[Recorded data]
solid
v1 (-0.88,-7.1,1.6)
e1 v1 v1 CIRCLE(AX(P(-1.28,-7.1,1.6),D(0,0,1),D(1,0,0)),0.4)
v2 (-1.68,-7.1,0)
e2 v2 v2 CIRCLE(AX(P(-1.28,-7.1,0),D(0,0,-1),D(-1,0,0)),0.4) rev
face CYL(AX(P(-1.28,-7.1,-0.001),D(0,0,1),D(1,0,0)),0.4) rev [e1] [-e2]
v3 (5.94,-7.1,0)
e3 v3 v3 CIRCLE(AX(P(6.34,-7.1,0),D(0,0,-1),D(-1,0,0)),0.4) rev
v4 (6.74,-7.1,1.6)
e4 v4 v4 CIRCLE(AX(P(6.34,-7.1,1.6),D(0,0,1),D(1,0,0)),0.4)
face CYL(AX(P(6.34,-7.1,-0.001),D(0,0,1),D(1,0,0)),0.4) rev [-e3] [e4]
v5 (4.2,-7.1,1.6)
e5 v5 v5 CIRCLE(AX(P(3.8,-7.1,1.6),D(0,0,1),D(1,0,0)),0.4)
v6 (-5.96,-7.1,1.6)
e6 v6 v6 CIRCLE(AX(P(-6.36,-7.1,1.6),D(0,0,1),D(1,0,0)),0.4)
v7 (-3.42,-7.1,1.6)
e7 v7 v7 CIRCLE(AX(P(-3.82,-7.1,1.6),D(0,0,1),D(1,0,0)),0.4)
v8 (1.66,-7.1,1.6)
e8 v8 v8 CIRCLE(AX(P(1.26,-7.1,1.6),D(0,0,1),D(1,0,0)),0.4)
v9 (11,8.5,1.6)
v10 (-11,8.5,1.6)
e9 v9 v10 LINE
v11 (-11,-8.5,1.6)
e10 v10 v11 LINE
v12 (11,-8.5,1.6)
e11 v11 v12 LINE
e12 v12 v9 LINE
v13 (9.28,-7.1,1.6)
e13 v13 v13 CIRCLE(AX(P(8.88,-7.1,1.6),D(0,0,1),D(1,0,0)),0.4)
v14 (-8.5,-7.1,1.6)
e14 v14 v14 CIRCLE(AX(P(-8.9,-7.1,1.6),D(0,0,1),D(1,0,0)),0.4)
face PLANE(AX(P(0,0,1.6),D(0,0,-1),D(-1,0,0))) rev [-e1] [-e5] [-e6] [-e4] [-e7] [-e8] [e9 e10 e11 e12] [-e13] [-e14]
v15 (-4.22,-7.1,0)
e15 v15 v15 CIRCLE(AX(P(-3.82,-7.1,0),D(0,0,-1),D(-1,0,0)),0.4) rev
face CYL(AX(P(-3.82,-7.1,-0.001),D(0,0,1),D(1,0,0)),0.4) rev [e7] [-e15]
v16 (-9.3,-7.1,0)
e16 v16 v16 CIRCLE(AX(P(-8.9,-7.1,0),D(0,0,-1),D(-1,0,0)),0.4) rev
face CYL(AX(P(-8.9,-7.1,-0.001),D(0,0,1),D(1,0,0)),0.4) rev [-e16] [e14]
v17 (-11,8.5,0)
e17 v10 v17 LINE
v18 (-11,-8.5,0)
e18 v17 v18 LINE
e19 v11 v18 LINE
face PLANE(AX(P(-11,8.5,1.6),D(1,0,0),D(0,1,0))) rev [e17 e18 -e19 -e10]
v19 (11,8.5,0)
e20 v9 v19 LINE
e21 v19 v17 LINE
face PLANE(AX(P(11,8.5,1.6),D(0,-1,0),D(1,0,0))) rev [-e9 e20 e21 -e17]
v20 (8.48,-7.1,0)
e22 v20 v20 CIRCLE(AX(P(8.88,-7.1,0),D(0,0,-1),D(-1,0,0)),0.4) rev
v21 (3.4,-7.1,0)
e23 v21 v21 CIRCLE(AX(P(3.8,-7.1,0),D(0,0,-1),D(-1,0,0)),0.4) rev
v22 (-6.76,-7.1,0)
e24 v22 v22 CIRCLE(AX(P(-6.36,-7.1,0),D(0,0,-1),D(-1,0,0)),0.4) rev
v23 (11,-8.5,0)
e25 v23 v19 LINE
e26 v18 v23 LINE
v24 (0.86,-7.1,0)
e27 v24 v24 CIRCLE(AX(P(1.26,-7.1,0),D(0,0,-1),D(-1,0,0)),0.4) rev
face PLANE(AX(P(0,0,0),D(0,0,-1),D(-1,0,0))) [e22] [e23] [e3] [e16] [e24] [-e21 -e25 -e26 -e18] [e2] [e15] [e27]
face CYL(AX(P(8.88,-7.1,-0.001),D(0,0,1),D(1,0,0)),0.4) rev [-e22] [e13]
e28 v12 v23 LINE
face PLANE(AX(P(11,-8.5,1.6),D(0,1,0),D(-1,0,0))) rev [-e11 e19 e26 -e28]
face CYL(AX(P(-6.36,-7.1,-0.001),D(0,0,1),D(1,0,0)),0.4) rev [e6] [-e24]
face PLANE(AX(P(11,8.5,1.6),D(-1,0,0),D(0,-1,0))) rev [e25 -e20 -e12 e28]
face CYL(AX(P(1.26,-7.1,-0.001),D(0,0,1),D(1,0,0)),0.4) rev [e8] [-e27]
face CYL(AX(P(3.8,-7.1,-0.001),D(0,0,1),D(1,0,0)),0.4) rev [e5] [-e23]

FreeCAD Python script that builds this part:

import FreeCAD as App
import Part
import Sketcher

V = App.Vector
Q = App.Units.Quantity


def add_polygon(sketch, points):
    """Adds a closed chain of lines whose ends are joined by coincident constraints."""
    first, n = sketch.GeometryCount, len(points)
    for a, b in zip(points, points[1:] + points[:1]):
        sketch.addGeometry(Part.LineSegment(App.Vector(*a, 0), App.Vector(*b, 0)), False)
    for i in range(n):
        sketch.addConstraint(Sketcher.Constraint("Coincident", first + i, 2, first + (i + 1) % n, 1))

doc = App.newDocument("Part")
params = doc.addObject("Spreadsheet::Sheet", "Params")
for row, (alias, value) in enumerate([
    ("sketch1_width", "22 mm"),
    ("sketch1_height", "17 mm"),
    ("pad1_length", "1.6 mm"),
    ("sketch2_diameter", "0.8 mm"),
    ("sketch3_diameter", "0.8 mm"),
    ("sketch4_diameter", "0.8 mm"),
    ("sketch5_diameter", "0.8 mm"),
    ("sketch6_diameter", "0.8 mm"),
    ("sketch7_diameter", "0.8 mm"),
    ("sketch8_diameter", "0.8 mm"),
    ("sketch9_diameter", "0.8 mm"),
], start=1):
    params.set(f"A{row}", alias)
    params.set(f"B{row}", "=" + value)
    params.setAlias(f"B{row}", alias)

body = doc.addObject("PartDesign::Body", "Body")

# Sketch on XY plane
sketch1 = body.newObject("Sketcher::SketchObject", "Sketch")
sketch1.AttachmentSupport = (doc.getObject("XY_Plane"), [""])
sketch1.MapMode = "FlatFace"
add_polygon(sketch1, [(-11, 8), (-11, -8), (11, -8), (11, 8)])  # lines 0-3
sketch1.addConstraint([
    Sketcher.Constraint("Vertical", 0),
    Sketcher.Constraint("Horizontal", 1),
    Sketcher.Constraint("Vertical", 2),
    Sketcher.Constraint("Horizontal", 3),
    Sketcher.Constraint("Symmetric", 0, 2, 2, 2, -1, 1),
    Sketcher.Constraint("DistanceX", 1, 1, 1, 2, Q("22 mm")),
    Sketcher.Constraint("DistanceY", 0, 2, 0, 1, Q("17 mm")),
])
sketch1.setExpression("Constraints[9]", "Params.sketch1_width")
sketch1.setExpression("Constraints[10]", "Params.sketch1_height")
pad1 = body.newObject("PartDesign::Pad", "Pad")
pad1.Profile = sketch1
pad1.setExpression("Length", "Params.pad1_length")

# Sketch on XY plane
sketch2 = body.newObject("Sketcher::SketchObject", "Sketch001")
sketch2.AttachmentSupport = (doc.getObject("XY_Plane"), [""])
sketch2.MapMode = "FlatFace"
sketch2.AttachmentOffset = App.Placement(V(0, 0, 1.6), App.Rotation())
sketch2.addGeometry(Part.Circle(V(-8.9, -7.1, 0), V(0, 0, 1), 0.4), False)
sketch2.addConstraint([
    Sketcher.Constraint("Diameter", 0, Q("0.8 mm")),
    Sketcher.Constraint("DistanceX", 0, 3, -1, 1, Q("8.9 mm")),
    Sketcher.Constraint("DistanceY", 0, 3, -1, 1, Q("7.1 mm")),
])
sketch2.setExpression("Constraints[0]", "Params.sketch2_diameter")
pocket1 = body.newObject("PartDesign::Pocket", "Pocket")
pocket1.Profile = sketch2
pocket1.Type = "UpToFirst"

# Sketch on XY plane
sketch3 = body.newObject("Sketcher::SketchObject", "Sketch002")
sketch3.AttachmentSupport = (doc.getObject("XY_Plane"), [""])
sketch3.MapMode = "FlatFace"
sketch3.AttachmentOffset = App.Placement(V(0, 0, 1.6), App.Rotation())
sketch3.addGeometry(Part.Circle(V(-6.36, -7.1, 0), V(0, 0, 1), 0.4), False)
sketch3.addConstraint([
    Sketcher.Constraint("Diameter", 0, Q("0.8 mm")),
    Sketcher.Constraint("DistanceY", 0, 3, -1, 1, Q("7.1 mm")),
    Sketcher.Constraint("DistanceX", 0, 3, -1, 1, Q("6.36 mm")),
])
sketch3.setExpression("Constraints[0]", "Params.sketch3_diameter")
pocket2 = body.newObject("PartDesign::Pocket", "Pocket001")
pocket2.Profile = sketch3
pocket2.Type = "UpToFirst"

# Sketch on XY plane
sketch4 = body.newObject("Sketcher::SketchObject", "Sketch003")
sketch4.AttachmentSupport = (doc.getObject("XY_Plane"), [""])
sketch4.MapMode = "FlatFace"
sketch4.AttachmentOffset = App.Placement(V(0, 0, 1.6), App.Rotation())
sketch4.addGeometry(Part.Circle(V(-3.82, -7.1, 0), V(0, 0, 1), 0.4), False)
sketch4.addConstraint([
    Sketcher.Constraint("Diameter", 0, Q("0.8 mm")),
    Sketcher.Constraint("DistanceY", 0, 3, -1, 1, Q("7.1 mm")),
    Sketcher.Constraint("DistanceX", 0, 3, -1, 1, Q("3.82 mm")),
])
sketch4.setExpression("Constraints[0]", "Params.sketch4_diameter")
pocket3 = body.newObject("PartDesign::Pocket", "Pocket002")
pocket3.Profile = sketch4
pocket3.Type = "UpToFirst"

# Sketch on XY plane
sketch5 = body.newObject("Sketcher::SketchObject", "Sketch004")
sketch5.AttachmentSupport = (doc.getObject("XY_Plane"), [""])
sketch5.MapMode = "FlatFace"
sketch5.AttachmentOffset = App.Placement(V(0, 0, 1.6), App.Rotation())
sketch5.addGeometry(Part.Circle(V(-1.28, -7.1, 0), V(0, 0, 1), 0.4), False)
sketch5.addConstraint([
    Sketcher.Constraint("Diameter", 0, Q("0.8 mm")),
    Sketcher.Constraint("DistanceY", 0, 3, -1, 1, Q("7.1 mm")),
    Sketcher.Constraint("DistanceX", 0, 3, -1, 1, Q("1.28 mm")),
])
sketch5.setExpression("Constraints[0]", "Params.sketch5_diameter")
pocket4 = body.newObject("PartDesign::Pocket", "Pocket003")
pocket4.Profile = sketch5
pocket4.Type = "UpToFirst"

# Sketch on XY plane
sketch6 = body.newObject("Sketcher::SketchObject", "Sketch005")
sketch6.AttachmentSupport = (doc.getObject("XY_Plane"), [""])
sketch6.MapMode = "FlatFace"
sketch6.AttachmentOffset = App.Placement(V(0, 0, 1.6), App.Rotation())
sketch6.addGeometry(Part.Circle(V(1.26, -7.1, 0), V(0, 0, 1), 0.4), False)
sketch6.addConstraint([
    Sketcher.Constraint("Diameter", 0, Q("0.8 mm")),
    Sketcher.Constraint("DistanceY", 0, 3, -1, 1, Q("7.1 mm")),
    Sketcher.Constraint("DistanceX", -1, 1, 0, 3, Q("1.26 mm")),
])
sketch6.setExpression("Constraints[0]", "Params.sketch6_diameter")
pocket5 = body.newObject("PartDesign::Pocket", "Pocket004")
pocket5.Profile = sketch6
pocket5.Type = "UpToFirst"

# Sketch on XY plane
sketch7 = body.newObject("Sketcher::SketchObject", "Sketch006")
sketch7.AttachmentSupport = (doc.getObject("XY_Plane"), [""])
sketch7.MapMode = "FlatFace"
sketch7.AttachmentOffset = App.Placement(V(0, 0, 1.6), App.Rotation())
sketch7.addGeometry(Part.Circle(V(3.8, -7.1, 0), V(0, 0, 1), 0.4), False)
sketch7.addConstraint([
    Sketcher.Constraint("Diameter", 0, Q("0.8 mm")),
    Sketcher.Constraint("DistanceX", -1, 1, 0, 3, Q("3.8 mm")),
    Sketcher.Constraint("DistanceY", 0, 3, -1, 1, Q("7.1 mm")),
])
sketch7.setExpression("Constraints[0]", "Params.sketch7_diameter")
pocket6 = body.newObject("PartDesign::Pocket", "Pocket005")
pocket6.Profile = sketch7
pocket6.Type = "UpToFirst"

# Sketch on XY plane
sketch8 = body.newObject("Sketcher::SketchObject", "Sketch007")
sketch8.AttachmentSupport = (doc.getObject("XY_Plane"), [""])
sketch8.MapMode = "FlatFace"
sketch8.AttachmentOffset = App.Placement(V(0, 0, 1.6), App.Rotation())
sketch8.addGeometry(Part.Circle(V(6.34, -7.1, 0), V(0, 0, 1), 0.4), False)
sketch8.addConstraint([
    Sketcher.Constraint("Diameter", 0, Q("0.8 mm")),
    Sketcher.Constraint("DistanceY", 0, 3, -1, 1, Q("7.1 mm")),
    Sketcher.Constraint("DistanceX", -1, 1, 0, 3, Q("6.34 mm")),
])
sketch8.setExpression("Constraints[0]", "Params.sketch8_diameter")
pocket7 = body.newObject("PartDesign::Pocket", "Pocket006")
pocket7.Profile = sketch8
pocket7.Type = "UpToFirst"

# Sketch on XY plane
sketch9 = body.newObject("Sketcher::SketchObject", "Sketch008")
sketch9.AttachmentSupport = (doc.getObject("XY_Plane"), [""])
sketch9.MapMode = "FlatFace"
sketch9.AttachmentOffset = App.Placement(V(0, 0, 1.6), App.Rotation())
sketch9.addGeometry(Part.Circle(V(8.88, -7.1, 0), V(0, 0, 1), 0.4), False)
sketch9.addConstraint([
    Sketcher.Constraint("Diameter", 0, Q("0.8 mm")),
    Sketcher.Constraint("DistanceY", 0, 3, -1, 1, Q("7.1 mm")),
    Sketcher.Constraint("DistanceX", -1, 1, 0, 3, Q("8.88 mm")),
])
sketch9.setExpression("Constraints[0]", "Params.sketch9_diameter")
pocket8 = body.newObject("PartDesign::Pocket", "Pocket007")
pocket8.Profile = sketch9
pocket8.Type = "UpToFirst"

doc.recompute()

Work request:
Taking the lines above, repeat exactly those from the line that contains "e19 v11 v18 LINE" through the line that contains "FreeCAD Python script", and both of those lines as well. Include nothing else.

Answer area:
e19 v11 v18 LINE
face PLANE(AX(P(-11,8.5,1.6),D(1,0,0),D(0,1,0))) rev [e17 e18 -e19 -e10]
v19 (11,8.5,0)
e20 v9 v19 LINE
e21 v19 v17 LINE
face PLANE(AX(P(11,8.5,1.6),D(0,-1,0),D(1,0,0))) rev [-e9 e20 e21 -e17]
v20 (8.48,-7.1,0)
e22 v20 v20 CIRCLE(AX(P(8.88,-7.1,0),D(0,0,-1),D(-1,0,0)),0.4) rev
v21 (3.4,-7.1,0)
e23 v21 v21 CIRCLE(AX(P(3.8,-7.1,0),D(0,0,-1),D(-1,0,0)),0.4) rev
v22 (-6.76,-7.1,0)
e24 v22 v22 CIRCLE(AX(P(-6.36,-7.1,0),D(0,0,-1),D(-1,0,0)),0.4) rev
v23 (11,-8.5,0)
e25 v23 v19 LINE
e26 v18 v23 LINE
v24 (0.86,-7.1,0)
e27 v24 v24 CIRCLE(AX(P(1.26,-7.1,0),D(0,0,-1),D(-1,0,0)),0.4) rev
face PLANE(AX(P(0,0,0),D(0,0,-1),D(-1,0,0))) [e22] [e23] [e3] [e16] [e24] [-e21 -e25 -e26 -e18] [e2] [e15] [e27]
face CYL(AX(P(8.88,-7.1,-0.001),D(0,0,1),D(1,0,0)),0.4) rev [-e22] [e13]
e28 v12 v23 LINE
face PLANE(AX(P(11,-8.5,1.6),D(0,1,0),D(-1,0,0))) rev [-e11 e19 e26 -e28]
face CYL(AX(P(-6.36,-7.1,-0.001),D(0,0,1),D(1,0,0)),0.4) rev [e6] [-e24]
face PLANE(AX(P(11,8.5,1.6),D(-1,0,0),D(0,-1,0))) rev [e25 -e20 -e12 e28]
face CYL(AX(P(1.26,-7.1,-0.001),D(0,0,1),D(1,0,0)),0.4) rev [e8] [-e27]
face CYL(AX(P(3.8,-7.1,-0.001),D(0,0,1),D(1,0,0)),0.4) rev [e5] [-e23]

FreeCAD Python script that builds this part:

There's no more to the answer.